Describe the structure of a nerve
A nerve is a bundle of axons found in the PNS. Axons are surrounded by a myelin sheath, and each is also covered by a thin membrane called the endoneurium. bundles of axons are grouped together by the perineurium to form a fascicle. Groups of fascicles are grouped by another membrane called the epineurium. nerves are heavily vascularised (vasi nervorum) and have their own nerve supply (nervi nervorum)
What are the effects of ageing on nerve health?
In the CNS, the normal process of ageing leads to neuronal atrophy, loss of myelination, noisy processing and dopamine loss. In the PNS, nerve ageing leads to declined axonal transport, axonal atrophy, myelin loss and impaired regeneration.
What are the common types of nerve injury?
Neuropraxia = neurons remain in tact but there is some blunt force damage which may damage the myelin sheath etc which leads to temporary slower conduction speeds.
Axonotmesis = severance of axons caused by heavier trauma. distal to the point of damage, the axon may die but is likely able to regrow. could result in some loss of movement and sensation distal to point of damage.
Neurotmesis = severe severance of the nerve. it is very rare for full regrowth to occur in this instance leading to loss of sensation and motor function. painful neuroma may develop at the point of damage (bundles of axons which try to regrow but cannot reach their intended target)
Ischemic damage (lack of oxygen supply to nervous tissue) = cellular respiration stops, cells depolarise causing a massive calcium influx leading to excitotoxicity (phenomenon where exposure to excitatory neurotransmitters (primarily glutamate) in high doses for prolonged periods starts a cascade of neurotoxicity which eventually leads to cell death)
Describe Seddons classification scheme of nerve damage
A way of classifying the severity of localised nerve damage.
There are three grades/stages:
Neurapraxia = mildest injury to a nerve, caused by transient compression or stretch. Loss of nerve
function results from conduction block. Paralysis of muscles innervated by the nerve is complete but
some sensation may be preserved. Autonomic function may also be preserved. This type of injury will
recover completely providing the cause, for example, ongoing compression, is removed.
axonotmesis = more severe blunt injury to a nerve. This is sufficient to cause axon
degeneration but the connective tissue layers of the nerve including the endoneurial tubes remain intact.
Clinical examination reveals complete loss of motor, sensory, and autonomic function.
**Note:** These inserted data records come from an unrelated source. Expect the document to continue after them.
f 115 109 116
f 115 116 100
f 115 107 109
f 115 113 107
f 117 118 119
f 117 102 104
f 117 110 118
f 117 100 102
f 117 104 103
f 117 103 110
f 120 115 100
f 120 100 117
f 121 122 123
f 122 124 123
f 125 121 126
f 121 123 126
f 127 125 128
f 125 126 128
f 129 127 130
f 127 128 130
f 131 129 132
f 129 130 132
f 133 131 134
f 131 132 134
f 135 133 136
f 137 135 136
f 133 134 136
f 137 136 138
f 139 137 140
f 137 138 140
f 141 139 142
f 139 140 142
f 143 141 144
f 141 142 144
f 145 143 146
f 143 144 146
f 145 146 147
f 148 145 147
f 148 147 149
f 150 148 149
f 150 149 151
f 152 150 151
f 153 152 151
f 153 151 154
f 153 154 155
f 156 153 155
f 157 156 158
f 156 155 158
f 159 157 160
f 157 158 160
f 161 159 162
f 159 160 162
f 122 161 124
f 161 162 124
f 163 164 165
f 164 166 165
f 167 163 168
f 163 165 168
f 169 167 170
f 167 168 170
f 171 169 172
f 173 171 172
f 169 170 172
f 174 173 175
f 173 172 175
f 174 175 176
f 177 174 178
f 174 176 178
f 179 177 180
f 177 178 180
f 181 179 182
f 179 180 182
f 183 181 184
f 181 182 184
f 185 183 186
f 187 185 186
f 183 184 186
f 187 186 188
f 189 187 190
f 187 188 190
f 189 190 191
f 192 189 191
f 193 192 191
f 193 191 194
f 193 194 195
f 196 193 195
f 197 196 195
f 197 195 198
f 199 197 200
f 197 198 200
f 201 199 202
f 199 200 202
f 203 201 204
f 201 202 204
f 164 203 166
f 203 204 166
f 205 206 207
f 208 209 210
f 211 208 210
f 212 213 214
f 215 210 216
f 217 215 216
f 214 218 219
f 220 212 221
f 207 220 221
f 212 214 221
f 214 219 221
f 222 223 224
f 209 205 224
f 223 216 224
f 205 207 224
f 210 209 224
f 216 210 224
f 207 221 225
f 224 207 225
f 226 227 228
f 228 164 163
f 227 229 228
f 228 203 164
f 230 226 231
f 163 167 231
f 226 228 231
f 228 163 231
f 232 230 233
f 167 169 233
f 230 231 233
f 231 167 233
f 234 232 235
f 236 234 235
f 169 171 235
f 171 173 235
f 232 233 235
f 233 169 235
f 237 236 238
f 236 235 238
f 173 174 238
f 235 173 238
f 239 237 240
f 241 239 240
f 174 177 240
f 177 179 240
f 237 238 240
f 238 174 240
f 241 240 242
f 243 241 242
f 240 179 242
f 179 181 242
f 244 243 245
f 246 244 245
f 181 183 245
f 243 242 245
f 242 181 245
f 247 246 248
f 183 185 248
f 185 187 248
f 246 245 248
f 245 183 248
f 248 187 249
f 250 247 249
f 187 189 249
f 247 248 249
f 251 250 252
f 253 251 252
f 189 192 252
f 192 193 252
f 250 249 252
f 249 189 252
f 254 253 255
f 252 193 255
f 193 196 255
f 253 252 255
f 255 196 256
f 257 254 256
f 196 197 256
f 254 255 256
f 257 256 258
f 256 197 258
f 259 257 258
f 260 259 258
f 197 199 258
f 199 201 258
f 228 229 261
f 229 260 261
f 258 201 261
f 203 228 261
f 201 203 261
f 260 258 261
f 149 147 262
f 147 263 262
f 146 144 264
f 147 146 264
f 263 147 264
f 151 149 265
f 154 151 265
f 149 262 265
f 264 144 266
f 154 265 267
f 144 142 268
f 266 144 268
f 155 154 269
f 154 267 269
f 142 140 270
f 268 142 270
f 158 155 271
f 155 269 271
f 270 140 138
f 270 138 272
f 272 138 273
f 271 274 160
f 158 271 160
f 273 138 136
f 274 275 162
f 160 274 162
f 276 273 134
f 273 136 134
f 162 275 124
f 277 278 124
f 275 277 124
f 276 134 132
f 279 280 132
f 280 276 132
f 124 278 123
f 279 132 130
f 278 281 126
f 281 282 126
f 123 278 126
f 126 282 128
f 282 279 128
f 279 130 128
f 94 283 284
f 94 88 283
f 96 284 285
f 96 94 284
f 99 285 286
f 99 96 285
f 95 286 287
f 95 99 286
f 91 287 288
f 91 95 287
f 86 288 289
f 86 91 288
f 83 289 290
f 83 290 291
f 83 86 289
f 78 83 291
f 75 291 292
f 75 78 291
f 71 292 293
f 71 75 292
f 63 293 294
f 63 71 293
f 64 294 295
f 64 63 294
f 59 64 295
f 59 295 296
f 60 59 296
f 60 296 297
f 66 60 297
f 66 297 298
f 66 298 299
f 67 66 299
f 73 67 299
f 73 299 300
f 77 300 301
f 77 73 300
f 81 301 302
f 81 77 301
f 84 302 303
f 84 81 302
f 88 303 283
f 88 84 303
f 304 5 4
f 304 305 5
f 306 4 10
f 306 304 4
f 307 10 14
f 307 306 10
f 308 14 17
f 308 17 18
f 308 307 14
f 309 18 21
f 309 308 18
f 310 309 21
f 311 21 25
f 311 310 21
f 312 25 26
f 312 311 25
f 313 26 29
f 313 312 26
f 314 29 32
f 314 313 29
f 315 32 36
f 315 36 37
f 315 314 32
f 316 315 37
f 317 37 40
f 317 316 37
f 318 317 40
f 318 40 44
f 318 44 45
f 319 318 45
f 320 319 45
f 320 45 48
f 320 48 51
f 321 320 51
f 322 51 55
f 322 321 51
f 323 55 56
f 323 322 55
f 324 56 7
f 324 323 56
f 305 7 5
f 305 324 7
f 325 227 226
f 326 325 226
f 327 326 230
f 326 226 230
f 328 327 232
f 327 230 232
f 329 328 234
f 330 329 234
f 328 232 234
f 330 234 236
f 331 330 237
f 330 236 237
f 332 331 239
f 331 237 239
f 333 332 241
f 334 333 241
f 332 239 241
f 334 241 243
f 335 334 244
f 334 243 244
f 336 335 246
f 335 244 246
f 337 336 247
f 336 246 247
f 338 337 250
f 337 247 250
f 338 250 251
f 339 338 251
Since axons distal to the site of injury have undergone Wallerian degeneration conduction is lost both at and distal to the site of injury. Providing the cause is removed, uncomplicated regeneration of axons occurs along the same pathway will occur, with recovery of function progressing from proximal to distal.
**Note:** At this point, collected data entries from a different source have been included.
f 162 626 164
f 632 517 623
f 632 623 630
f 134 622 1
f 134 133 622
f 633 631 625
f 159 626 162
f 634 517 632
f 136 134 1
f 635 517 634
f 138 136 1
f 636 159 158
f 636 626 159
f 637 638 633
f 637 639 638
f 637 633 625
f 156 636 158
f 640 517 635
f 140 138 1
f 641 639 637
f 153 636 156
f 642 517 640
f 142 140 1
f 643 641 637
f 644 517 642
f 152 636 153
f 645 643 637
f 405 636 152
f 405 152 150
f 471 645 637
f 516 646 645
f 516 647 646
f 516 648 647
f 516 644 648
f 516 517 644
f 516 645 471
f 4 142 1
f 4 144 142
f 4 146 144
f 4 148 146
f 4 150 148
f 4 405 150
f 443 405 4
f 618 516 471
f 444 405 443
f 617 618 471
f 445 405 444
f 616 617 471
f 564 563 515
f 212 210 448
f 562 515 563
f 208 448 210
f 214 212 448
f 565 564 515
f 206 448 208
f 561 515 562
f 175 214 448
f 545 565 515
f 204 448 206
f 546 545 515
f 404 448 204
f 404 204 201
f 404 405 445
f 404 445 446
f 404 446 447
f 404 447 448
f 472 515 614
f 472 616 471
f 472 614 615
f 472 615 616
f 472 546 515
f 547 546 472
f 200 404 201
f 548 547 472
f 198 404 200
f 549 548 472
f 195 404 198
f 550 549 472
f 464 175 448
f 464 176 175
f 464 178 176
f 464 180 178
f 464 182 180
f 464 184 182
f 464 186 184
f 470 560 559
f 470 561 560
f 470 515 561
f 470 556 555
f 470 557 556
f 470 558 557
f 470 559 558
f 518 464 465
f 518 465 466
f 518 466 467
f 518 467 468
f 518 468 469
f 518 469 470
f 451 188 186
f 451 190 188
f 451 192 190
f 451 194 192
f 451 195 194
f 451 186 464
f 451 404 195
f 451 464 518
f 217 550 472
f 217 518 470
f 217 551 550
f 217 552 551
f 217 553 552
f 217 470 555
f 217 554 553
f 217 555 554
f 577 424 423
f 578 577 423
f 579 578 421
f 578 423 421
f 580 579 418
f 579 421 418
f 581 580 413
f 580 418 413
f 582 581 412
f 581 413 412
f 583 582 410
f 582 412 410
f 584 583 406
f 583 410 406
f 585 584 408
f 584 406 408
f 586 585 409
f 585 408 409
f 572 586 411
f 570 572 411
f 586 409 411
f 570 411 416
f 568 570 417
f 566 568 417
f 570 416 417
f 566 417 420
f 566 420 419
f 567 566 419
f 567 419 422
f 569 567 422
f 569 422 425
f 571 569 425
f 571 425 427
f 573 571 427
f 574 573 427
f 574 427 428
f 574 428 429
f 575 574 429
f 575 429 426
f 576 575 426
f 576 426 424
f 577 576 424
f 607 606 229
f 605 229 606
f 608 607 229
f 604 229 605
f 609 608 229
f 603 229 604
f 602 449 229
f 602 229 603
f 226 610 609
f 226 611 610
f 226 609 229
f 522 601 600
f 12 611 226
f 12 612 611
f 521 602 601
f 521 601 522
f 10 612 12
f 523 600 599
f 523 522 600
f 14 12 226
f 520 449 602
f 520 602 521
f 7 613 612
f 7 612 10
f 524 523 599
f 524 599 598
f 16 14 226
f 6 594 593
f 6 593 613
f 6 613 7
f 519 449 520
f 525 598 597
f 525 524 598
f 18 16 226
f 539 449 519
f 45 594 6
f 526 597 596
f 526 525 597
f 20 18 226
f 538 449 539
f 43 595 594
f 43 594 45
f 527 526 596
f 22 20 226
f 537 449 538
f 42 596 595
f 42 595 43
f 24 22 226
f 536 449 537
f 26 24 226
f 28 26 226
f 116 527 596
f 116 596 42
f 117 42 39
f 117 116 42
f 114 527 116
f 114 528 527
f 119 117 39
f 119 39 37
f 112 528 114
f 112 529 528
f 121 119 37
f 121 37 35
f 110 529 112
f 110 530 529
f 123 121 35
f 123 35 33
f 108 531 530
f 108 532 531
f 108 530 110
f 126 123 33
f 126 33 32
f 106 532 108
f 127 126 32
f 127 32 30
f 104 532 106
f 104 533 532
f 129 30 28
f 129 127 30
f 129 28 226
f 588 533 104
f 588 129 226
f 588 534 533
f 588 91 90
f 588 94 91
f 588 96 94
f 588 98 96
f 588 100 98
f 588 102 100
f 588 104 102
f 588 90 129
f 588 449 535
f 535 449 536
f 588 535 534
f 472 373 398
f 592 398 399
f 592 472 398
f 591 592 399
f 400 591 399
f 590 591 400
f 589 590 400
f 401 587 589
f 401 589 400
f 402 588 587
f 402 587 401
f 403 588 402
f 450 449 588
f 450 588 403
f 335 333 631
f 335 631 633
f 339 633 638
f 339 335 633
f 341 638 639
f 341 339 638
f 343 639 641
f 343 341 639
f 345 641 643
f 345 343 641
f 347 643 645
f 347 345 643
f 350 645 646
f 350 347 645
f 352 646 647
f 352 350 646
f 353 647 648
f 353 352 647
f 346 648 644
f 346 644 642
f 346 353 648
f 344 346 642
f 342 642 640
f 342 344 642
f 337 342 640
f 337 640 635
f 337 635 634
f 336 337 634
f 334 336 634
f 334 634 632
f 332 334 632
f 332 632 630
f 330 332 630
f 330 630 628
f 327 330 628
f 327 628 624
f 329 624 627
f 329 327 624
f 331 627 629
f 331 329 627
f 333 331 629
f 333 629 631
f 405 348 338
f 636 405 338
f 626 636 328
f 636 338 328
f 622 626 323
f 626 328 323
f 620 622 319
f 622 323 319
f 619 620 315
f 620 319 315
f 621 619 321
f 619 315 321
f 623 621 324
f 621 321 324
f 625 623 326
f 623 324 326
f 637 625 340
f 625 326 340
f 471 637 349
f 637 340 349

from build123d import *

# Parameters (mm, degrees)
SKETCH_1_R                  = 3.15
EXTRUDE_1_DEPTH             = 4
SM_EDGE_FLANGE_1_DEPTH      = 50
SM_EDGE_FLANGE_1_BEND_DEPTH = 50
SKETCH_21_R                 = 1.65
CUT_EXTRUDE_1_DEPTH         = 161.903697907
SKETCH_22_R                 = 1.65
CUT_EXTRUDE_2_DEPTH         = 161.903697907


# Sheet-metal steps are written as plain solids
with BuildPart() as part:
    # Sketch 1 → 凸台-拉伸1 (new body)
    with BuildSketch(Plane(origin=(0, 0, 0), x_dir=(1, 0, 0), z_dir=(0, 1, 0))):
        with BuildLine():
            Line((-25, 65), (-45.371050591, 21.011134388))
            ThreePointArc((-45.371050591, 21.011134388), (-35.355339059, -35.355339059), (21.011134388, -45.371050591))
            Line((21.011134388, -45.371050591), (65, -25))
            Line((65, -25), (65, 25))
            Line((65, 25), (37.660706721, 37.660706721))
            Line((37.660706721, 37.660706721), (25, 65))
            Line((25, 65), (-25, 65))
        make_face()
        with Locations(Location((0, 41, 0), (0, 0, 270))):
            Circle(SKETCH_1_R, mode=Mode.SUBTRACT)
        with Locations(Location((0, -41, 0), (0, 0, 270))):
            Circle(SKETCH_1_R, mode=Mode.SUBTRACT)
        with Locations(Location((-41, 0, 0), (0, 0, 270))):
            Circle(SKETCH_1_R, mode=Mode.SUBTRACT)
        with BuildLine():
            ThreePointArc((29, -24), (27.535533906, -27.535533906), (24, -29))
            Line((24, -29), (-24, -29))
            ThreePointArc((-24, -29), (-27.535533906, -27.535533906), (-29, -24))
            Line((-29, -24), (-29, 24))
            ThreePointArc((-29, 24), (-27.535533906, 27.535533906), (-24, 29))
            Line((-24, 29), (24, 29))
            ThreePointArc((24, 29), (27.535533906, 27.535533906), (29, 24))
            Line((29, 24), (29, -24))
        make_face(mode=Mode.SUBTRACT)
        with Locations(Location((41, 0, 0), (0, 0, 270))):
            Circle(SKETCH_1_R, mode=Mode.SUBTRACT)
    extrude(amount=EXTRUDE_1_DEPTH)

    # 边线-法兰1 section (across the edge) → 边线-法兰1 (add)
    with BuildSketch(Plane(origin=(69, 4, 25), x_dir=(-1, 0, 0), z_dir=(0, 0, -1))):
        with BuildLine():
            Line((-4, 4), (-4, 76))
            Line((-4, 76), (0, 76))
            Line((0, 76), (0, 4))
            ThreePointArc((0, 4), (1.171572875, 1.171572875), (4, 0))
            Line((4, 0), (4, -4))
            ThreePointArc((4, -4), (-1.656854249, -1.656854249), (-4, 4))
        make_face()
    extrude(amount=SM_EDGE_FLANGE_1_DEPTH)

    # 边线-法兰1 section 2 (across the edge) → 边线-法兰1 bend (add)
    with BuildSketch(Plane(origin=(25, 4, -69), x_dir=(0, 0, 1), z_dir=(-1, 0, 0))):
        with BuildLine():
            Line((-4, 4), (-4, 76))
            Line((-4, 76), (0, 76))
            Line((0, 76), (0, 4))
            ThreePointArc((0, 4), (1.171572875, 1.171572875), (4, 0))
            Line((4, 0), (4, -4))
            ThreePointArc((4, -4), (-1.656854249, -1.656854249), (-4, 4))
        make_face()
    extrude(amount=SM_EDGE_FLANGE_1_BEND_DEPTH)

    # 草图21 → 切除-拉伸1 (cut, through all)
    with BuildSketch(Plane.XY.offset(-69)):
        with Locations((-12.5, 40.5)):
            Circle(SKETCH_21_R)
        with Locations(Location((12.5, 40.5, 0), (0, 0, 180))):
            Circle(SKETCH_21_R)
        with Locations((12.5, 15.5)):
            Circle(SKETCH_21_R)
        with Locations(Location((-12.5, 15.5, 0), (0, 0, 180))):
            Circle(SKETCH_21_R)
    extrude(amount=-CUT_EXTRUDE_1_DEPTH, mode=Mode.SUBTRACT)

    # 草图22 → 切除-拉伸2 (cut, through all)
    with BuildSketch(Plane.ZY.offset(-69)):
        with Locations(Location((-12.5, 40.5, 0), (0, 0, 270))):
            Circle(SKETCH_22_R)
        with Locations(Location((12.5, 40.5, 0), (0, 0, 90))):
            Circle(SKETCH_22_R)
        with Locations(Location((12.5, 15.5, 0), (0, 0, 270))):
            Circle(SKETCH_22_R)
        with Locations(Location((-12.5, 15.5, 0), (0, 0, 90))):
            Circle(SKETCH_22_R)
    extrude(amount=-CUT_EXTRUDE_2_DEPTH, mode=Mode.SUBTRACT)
neurotmesis = nerve is completely divided or so badly disorganized that recovery
cannot occur. All the connective tissue layers of the nerve as well as the axons are disrupted. There is
axon degeneration distal to the injury. Neurotmesis may be caused by laceration or high energy traction
injuries sufficient to rupture the nerve. complete functional recovery never occurs with this type of injury.
define neuropraxia
Neurapraxia is the mildest injury to a nerve, caused by transient compression or stretch. Loss of nerve
function results from conduction block. Paralysis of muscles innervated by the nerve is complete but
some sensation may be preserved. Autonomic function may also be preserved. This type of injury will
recover completely providing the cause, for example, ongoing compression, is removed.
define axonotmesis
severe blunt injury to a nerve. This is sufficient to cause axon degeneration but the connective tissue layers of the nerve including the endoneurial tubes remain intact.
Clinical examination reveals complete loss of motor, sensory, and autonomic function. Since axons distal to the site of injury have undergone Wallerian degeneration conduction is lost both at and distal to the site of injury. Providing the cause is removed, uncomplicated regeneration of axons occurs along the same pathway will occur, with recovery of function progressing from proximal to distal.